Nevertheless, in introducing the PSA model to HE systems historically
monopolized by the HEI model, it seems a reasonable strategy to use PSA in aid
of a failing university or college – or more precisely, in aid of its brand,
mission, vision, and values. Relying on its established brand and
accreditation, converting an HEI to PSA is a viable means of continuing the
name and aim of an institution that otherwise faces fracture or fatality.
Of course, this sort of salvation might not be for all HEIs,
but it can work for those institutions whose purpose is not fundamentally pecuniary
in nature. At the same time, even in ideal cases there are features of the HEI
model that reveal just how entrenched its institutions have become, as the
example of Watkins College of Art reveals.

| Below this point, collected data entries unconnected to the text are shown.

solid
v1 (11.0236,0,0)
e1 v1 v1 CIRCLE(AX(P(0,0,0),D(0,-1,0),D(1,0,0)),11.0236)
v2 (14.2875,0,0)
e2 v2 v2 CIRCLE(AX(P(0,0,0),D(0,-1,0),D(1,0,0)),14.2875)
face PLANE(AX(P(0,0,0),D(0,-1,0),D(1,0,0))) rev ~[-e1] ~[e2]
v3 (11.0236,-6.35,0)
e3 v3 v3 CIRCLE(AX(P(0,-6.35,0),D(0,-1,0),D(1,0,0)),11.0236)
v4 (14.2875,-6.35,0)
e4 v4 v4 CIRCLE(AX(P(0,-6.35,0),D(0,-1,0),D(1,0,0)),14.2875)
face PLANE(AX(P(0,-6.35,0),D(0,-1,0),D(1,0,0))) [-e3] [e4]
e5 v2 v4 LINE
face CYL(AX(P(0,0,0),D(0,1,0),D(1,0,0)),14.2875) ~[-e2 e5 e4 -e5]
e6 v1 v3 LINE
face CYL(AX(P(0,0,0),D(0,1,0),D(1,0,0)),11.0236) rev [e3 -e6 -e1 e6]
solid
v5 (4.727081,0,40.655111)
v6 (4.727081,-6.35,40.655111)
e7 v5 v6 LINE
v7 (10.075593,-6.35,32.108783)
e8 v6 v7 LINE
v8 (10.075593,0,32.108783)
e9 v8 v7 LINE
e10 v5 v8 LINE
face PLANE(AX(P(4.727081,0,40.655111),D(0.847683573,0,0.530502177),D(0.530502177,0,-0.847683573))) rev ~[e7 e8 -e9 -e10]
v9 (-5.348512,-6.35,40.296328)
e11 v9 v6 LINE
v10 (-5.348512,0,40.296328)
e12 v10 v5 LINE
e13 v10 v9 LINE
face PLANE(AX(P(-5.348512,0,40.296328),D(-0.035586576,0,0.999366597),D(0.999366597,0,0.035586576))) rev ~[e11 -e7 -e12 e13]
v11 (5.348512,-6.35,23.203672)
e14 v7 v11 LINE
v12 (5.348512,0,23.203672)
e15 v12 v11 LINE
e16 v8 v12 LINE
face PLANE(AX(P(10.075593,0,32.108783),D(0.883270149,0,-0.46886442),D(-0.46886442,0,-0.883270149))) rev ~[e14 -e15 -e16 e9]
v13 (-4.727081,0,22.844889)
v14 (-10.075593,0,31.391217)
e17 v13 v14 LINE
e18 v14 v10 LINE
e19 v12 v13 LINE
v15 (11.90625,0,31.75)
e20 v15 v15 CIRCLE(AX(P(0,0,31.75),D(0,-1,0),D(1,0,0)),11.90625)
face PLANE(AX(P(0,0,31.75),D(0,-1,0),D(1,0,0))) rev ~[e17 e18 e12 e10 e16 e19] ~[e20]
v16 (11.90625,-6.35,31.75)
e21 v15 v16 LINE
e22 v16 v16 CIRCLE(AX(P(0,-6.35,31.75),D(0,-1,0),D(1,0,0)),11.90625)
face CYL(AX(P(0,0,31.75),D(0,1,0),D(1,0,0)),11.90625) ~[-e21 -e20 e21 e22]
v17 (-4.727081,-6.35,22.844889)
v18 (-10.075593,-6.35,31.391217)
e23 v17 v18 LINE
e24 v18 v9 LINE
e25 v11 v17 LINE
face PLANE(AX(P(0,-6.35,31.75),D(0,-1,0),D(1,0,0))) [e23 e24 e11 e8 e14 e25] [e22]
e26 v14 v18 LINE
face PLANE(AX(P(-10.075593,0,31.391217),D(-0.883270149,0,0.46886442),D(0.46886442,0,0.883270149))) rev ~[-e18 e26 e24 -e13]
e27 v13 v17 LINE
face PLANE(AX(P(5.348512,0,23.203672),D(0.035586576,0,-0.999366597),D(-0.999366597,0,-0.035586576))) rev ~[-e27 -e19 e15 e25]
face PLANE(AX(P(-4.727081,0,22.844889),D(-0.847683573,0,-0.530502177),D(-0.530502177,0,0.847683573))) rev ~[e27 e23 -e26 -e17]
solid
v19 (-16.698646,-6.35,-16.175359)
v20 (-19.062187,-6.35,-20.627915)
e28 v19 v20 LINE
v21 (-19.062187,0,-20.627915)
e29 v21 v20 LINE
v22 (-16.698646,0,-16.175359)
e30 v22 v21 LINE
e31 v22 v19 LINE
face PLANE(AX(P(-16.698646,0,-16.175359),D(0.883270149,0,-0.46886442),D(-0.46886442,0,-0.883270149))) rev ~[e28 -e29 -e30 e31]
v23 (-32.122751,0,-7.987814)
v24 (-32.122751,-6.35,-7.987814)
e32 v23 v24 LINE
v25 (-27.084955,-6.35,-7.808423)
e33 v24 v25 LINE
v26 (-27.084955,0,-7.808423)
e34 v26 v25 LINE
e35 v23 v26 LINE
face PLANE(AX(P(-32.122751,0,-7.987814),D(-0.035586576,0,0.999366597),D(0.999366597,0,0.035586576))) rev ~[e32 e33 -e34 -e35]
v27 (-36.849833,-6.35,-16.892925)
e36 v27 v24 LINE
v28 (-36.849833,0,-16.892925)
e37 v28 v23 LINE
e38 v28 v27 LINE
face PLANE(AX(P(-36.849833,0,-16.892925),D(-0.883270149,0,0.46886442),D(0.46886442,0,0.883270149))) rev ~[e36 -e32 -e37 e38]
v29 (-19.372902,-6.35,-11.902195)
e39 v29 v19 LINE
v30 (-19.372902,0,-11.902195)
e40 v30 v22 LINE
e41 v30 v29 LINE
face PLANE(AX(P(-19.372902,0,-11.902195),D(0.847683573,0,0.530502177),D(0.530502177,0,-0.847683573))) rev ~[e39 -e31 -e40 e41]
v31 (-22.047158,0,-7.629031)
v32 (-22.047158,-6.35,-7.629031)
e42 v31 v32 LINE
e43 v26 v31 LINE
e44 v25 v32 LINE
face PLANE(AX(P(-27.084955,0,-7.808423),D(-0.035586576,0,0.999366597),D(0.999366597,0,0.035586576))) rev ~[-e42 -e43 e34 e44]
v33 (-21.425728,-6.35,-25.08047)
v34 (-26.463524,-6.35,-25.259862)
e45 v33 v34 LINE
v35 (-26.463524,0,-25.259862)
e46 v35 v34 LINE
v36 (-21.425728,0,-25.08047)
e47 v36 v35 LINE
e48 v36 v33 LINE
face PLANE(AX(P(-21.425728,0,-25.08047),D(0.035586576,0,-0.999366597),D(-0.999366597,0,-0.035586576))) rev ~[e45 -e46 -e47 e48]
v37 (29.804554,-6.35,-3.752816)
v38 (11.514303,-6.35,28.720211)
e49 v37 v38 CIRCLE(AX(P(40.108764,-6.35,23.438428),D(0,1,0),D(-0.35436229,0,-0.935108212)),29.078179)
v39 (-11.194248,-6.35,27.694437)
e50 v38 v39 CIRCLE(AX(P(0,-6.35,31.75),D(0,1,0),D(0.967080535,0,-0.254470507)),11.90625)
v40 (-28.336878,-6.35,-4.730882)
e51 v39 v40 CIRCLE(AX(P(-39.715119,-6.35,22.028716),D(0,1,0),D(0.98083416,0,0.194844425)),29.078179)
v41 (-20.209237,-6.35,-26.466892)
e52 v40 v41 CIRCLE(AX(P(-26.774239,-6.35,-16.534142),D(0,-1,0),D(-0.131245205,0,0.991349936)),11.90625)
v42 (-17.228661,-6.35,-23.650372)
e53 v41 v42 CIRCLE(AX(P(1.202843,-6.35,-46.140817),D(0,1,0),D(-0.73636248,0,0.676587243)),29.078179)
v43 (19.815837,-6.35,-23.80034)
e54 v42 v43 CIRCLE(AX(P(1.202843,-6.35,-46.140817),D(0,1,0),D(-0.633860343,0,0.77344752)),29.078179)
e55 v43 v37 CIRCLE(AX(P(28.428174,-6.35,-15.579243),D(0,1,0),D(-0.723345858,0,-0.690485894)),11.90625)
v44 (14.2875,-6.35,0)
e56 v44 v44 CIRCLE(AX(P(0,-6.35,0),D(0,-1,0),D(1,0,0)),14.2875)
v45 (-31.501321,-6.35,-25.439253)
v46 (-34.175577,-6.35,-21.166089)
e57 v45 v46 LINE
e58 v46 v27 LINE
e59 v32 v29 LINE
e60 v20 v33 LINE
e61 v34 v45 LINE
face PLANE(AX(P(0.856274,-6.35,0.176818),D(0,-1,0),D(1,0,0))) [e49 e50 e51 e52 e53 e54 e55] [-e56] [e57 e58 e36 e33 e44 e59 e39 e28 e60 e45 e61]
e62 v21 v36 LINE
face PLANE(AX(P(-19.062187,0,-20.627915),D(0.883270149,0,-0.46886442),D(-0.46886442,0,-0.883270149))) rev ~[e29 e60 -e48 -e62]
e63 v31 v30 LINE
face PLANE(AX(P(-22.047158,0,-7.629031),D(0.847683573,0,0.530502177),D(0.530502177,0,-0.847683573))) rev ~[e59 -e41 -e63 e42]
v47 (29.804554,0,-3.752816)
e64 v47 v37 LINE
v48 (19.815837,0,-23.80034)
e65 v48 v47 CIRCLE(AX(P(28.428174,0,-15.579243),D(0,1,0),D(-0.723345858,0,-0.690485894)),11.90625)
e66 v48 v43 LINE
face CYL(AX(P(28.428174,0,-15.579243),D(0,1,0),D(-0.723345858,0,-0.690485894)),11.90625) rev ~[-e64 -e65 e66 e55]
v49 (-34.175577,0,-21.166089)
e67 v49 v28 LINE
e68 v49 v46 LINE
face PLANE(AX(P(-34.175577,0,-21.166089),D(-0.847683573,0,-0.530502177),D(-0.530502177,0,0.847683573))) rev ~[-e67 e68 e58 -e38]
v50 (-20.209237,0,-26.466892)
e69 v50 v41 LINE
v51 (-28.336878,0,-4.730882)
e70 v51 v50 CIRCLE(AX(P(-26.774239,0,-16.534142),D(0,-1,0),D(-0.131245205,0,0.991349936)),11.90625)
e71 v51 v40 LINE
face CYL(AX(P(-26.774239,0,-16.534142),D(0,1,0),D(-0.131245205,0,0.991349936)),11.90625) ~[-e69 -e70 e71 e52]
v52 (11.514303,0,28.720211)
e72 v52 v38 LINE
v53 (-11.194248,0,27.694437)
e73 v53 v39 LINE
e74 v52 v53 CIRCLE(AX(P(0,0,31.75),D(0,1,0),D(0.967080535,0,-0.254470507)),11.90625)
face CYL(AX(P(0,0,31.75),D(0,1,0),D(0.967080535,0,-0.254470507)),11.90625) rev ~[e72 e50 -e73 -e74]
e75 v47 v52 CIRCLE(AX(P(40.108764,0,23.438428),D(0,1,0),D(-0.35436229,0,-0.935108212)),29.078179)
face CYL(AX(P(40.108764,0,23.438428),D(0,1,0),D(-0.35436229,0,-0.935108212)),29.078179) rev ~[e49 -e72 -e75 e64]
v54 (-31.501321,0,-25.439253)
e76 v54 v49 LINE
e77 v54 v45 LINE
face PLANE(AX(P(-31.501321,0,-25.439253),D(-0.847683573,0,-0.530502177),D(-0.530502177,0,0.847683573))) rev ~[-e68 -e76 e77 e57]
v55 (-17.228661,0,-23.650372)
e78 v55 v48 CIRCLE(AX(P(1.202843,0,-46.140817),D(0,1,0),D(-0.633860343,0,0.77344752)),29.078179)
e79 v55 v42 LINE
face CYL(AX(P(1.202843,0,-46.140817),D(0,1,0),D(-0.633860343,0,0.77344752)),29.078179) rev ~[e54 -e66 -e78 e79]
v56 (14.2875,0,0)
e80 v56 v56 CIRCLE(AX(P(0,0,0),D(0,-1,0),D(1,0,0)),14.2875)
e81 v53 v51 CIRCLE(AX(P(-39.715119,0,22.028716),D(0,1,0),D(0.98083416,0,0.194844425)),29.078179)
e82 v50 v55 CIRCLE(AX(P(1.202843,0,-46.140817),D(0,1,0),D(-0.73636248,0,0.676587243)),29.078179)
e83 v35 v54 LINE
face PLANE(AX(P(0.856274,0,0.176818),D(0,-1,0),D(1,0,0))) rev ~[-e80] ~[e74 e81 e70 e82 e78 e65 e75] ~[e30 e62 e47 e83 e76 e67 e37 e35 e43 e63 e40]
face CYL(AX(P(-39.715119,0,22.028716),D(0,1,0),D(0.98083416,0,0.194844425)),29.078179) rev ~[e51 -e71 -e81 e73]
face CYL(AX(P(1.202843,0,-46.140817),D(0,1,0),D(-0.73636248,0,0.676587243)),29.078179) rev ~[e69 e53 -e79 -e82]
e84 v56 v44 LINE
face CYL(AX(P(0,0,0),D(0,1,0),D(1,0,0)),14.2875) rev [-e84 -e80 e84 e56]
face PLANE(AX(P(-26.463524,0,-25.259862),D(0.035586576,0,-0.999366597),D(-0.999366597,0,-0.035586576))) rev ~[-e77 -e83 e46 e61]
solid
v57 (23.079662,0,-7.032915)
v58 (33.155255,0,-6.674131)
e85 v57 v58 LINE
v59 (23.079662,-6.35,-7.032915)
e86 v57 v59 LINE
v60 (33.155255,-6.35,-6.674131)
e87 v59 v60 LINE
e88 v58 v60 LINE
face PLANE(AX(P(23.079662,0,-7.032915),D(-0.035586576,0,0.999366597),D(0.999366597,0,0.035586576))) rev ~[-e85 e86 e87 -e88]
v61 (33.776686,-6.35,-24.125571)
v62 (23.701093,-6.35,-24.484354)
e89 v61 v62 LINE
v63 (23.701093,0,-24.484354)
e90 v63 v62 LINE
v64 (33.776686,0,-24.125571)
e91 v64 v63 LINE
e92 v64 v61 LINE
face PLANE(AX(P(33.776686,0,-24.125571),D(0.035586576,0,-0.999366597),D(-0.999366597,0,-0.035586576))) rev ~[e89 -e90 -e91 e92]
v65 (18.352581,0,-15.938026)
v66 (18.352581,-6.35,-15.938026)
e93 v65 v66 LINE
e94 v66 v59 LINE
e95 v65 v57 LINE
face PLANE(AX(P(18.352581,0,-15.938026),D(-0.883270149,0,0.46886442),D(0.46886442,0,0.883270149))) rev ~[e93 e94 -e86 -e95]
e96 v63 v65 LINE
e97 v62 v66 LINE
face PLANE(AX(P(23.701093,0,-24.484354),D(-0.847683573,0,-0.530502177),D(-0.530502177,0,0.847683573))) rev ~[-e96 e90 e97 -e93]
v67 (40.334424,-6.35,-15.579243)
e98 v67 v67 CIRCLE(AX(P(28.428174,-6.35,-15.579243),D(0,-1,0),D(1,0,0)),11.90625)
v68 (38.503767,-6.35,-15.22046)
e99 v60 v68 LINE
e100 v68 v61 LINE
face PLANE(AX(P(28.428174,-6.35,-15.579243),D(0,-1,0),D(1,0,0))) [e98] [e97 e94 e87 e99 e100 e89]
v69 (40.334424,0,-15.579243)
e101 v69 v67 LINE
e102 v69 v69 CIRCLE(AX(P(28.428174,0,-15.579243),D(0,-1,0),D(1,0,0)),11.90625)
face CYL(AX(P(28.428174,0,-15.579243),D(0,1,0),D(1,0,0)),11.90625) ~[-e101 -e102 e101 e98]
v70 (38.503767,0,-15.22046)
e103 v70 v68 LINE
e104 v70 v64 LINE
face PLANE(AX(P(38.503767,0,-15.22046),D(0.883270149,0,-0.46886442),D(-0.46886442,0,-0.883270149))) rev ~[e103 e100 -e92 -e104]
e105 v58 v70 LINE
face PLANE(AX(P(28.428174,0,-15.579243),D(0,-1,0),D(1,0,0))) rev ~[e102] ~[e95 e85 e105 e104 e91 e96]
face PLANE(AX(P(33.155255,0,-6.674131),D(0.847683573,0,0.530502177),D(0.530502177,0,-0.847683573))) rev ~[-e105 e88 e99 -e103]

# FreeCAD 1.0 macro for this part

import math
import FreeCAD as App
import Part
import Sketcher

V = App.Vector
Q = App.Units.Quantity

doc = App.newDocument("Part")
body = doc.addObject("PartDesign::Body", "Body")

sketch1 = body.newObject("Sketcher::SketchObject", "Sketch")
sketch1.AttachmentSupport = (doc.getObject("XZ_Plane"), [""])
sketch1.MapMode = "FlatFace"
sketch1.addGeometry(Part.ArcOfCircle(Part.Circle(V(-39.715119, 22.028716, 0), V(0, 0, 1), 29.078179), math.radians(-66.964693), math.radians(11.235636)), False)
sketch1.addGeometry(Part.ArcOfCircle(Part.Circle(V(-26.774239, -16.534142, 0), V(0, 0, 1), 11.90625), math.radians(97.541554), math.radians(303.462514)), False)
sketch1.addGeometry(Part.ArcOfCircle(Part.Circle(V(1.202843, -46.140817, 0), V(0, 0, 1), 29.078179), math.radians(129.335509), math.radians(137.42247)), False)
sketch1.addGeometry(Part.ArcOfCircle(Part.Circle(V(1.202843, -46.140817, 0), V(0, 0, 1), 29.078179), math.radians(50.200589), math.radians(129.335509)), False)
sketch1.addGeometry(Part.ArcOfCircle(Part.Circle(V(28.428174, -15.579243, 0), V(0, 0, 1), 11.90625), math.radians(83.36168), math.radians(223.668584)), False)
sketch1.addGeometry(Part.ArcOfCircle(Part.Circle(V(40.108764, 23.438428, 0), V(0, 0, 1), 29.078179), math.radians(169.534655), math.radians(249.245634)), False)
sketch1.addGeometry(Part.ArcOfCircle(Part.Circle(V(0, 31.75, 0), V(0, 0, 1), 11.90625), math.radians(-160.085061), math.radians(-14.742212)), False)
sketch1.addGeometry(Part.LineSegment(V(-27.084955, -7.808423, 0), V(-22.047158, -7.629031, 0)), False)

In 2020, this quasi-public, fully non-profit, legacy college
was failing and the Board of Trustees sought a merger with Belmont University
as a means of saving the HEI. During the process, one teacher and two students
took the Board to court in hopes of securing an injunction against the merger. A
Nashville judge and the Chancellor “found that the students and teacher lacked standing to stop the merger…since Watkins is governed by the Tennessee
Nonprofit Corporation Act.” In the
end, Watkins merged with Belmont.
Maybe that was the best thing for both HEI corporations.
Maybe that was the best thing for the staff, faculty and students that constitute
these institutions. I don’t’ know. What I do know is that this case reveals just
how far HE has moved from its roots, where the principal individuals – academics
and students – had unquestioned standing in decisions related to the content, delivery
and direction of HE. Today, corporate institutions stand alone against individuals.
This post was an exploration of an HEI-PSA affiliated model. No doubt more needs to be said and I invite all to the discourse.